We have been to Copt Oak, Lincoln, Driffield, and Binton, have met some great people and thoroughly enjoyed ourselves. We have one more to come at the New Year meet at Brandy Wharf.

Next year we should have a fresh start with the new motorhome and hopefully no more health problems for Chris or I, we would like to attend as many events as possible (funding permitting of course) and also get out and about and do our own thing as well to learn the ropes.

In total we have had 7 trips away this year and still got a fiver left!  that should do for Brandy Wharf!!

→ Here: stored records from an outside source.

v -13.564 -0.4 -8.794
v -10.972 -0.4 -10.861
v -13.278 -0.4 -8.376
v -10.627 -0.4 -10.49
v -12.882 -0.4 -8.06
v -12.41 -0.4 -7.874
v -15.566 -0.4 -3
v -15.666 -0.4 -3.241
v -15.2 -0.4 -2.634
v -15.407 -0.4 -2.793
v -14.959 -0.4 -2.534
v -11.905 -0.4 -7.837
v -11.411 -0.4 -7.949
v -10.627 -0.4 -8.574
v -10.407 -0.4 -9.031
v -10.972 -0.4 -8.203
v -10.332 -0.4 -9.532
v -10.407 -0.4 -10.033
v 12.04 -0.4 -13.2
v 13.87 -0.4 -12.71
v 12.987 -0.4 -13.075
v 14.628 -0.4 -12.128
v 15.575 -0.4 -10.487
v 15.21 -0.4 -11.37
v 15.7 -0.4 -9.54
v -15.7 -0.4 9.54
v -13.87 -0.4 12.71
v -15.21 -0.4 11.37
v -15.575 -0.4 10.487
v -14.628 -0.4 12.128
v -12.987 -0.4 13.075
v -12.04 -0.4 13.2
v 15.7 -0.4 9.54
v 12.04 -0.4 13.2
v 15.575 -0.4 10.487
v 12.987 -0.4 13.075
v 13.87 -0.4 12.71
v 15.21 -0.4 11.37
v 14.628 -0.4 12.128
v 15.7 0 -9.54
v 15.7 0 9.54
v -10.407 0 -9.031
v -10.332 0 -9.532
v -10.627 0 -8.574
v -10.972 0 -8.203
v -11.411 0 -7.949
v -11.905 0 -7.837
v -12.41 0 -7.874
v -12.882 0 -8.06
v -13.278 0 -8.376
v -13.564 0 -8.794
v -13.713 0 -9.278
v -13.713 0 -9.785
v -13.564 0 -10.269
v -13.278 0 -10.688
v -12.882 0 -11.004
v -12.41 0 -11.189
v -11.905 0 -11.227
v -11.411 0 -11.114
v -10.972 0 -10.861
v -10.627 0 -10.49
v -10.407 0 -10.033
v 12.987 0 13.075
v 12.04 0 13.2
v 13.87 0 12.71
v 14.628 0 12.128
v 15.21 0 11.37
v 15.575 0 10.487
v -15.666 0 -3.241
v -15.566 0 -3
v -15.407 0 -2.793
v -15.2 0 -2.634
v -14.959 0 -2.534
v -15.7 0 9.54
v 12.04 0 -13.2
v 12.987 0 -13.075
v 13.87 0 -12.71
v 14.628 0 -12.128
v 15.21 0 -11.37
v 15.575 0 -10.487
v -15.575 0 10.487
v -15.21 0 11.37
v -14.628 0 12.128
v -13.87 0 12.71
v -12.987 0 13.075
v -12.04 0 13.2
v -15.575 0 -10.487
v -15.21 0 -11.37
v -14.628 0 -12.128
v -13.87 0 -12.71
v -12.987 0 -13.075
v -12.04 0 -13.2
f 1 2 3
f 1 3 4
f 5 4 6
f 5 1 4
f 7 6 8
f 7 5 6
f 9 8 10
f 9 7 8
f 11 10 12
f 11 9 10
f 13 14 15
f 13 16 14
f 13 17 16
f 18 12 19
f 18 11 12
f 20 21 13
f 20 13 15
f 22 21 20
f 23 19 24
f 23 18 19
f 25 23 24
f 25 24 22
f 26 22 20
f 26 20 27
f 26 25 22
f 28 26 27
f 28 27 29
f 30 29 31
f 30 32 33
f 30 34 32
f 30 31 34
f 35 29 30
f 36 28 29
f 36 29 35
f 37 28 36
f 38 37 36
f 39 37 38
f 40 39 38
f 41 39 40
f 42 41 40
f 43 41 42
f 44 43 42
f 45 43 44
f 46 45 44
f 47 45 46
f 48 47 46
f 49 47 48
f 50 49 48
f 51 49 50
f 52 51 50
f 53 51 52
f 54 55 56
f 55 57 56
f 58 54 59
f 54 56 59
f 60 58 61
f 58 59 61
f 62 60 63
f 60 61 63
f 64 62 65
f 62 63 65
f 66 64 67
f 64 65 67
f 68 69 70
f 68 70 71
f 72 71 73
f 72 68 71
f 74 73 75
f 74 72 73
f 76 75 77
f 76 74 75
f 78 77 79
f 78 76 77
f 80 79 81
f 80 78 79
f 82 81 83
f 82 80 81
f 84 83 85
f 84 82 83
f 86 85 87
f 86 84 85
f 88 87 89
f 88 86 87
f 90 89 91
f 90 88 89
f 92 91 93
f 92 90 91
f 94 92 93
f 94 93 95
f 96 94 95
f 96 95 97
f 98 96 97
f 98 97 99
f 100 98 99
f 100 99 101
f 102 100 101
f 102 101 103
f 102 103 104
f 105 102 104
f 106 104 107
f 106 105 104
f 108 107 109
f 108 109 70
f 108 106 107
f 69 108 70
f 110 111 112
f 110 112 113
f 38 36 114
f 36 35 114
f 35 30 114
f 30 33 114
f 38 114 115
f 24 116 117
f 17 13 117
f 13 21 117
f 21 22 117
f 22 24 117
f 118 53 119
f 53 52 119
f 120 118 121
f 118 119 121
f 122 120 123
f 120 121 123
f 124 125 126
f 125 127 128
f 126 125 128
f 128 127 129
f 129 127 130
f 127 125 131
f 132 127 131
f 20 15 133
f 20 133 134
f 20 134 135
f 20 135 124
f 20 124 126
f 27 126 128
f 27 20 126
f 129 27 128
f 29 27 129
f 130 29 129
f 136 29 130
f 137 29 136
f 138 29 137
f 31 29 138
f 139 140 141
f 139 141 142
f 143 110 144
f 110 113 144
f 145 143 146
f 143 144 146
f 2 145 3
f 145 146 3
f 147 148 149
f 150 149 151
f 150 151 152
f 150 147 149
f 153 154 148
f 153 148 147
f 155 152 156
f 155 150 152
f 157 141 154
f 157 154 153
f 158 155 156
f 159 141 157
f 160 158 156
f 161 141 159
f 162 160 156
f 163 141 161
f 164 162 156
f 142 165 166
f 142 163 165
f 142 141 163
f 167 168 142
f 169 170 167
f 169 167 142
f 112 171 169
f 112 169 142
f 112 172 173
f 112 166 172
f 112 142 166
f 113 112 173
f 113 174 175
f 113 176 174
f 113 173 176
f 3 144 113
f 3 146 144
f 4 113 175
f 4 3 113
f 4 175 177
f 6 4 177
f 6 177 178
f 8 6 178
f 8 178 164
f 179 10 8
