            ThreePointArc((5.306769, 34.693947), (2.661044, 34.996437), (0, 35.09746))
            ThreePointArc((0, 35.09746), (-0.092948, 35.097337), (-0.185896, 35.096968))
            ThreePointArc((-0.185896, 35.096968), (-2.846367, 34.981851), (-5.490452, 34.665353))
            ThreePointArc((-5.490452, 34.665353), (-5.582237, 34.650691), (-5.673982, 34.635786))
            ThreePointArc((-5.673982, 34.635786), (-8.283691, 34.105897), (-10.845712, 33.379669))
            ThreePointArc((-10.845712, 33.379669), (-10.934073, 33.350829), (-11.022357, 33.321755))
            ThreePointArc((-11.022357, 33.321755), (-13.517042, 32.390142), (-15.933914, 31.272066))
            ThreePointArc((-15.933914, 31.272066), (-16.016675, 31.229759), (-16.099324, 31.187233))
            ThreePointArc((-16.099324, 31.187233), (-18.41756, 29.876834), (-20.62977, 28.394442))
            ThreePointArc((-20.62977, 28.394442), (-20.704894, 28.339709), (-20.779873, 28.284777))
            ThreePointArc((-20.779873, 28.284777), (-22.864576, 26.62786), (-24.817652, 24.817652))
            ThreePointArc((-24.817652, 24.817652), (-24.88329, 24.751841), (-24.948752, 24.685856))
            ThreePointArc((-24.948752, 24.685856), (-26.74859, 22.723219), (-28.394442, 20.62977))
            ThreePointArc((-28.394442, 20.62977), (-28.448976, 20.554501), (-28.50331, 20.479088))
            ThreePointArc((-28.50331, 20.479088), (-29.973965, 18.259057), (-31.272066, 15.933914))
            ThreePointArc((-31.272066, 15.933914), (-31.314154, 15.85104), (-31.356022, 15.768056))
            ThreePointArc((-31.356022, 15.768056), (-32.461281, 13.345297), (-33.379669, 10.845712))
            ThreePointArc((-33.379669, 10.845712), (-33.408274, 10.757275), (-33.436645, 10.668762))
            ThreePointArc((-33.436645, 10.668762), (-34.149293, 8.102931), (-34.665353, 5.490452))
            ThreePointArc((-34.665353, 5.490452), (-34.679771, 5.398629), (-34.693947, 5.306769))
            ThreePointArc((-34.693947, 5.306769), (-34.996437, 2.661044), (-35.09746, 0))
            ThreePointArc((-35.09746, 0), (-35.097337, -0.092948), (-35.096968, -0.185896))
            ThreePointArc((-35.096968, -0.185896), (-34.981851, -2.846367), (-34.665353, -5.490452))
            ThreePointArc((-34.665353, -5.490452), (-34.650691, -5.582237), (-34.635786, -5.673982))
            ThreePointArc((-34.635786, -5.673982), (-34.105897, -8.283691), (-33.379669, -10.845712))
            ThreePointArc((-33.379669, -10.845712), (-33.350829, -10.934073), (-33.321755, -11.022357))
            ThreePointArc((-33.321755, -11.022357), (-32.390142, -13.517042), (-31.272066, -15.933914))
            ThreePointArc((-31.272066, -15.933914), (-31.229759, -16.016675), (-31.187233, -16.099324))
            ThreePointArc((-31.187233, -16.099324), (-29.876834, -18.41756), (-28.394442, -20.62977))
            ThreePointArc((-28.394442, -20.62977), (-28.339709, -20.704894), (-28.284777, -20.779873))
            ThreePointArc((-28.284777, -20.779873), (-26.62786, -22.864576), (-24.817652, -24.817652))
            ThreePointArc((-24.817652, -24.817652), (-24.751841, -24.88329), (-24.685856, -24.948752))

We still have a lot to learn and I hope the members will help us along the way and we are looking forward to meeting you all again, and more at the forthcoming events.


----------



## Rapide561 (Oct 1, 2005)

*meets*

Hi

Only four meets for us...

Rapide561


----------



## 88927 (May 10, 2005)

It is quite an impressive list isn't it? :lol: :lol: 
But when you add into the list all the other rallies and meets:
The New Year 06 Rally
Peterborough Ferry Meadows Site in January
Smeatons Lakes (Re Bubble Car)
Another Top End In June (There were a couple of other private meets also)
Lake District Meet (LaneriderUK)
Carrog (vicdicdoc)
Balloon Fiesta (DAB)
Copt Oak (Hymmi)
Wyton Lakes in August
Rutland again in September
Lincoln Farm, Witney in September
Bubble car meet in October
Return meet at Lincoln Farm Witney in November
Not forgetting the Rallies at: 
Shepton Mallet in January
York
Brean Sands
Shepton Mallet 
Malvern 
and Stratford
I think that you will all see the really fantastic year that MHF has had and a real improvement for everyone to have an opportunity to get out and about :lol: :lol: :lol: Roughly 37 rallies and meets this calendar year... 
I hope that we can beat this achievement in 2007 and get even more weekends away, this is after all what motorhoming is all about eh??
I would just point out that the Tollerton Meet was not really an official meet as such, it was an invitation only weekend to celebrate Mandy&Daves wedding anniversary. So although it was a fabulous and enjoyable weekend it was really a private party. (There were other get togethers that were organised at Top End Farm, Rutland and Stratford Race Course by other people as well but are not included in the list).
I would like to offer our thanks, as MHF Meets Co-ordinators, to everyone concerned with the organisation of the meets and rallies that have happened this year, and also give our thanks to all of you that made this such a success by actually turning up :lol: :lol: Without the support of you all this would not have been the successful year it has been and we look forward very much to repeating and improving on this achievement.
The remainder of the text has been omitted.